Active Label Cleaning for Reliable Detection of Electron Dense Deposits in Transmission Electron Microscopy Images
Jieyun Tan, Shuo Liu, Guibin Zhang, Ziqi Li, Jian Geng, Lei Zhang, Lei Cao
TL;DR
This study tackles the challenge of reliable electron-dense deposit detection in TEM images under scarce, noisy crowdsourced labels. It introduces a two-step active label cleaning framework powered by a Label Selection Module that (i) selects the most informative samples for expert re-annotation and (ii) grades instance-level noise to guide automatic correction and expert review. The approach combines dual models (a cleaning model and a consensus model) with an active learning loop and a Bib Noise Correction Module, achieving $AP_{50}=67.18\%$ on private data (an $18.83\%$ improvement over noisy training and $95.79\%$ of Clean Training) and $AP_{50}=88.63\%$ on a public dataset, with substantial annotation-cost reductions.

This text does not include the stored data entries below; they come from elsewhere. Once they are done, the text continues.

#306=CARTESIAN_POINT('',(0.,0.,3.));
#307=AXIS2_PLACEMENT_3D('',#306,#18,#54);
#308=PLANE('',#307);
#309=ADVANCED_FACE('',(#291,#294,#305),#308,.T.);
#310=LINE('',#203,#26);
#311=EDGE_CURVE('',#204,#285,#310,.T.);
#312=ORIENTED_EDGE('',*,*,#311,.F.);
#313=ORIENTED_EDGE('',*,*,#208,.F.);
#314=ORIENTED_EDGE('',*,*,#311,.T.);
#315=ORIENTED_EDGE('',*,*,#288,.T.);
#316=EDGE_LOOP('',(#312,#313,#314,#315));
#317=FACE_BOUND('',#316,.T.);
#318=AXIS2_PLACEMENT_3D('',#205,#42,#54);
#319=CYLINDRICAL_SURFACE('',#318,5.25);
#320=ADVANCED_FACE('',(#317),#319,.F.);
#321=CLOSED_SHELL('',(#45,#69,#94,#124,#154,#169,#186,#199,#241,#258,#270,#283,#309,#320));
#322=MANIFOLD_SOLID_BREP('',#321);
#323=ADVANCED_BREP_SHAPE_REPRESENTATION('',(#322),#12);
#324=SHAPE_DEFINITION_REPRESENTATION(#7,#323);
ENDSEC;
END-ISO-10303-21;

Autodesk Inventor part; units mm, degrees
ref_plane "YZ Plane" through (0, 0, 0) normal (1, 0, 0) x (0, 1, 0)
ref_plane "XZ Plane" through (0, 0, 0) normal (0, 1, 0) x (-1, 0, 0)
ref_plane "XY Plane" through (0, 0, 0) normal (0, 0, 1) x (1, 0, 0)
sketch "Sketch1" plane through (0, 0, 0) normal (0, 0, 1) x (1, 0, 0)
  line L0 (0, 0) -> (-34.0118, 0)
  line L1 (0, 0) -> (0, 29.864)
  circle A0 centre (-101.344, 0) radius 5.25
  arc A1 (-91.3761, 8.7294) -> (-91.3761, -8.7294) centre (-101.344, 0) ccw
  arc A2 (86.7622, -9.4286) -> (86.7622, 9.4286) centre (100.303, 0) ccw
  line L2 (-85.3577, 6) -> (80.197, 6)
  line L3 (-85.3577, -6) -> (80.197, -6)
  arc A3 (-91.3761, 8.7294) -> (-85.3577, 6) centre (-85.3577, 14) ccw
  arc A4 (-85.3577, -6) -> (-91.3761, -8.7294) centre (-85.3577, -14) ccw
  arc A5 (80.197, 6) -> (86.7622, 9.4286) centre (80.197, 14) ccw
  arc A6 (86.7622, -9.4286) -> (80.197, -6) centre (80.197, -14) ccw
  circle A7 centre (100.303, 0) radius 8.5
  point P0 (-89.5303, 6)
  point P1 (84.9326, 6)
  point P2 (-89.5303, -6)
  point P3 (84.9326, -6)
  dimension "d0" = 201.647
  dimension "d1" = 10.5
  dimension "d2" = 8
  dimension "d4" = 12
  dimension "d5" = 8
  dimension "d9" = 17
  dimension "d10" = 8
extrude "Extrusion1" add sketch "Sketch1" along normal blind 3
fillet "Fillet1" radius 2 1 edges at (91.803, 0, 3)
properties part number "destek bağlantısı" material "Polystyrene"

These results demonstrate that targeted, cost-efficient label cleaning can enable robust medical AI in contexts with limited expert resources, and the method generalizes well across datasets.
Abstract
Automated detection of electron dense deposits (EDD) in glomerular disease is hindered by the scarcity of high-quality labeled data. While crowdsourcing reduces annotation cost, it introduces label noise. We propose an active label cleaning method to efficiently denoise crowdsourced datasets. Our approach uses active learning to select the most valuable noisy samples for expert re-annotation, building high-accuracy cleaning models. A Label Selection Module leverages discrepancies between crowdsourced labels and model predictions for both sample selection and instance-level noise grading. Experiments show our method achieves 67.18% AP\textsubscript{50} on a private dataset, an 18.83% improvement over training on noisy labels. This performance reaches 95.79% of that with full expert annotation while reducing annotation cost by 73.30%. The method provides a practical, cost-effective solution for developing reliable medical AI with limited expert resources.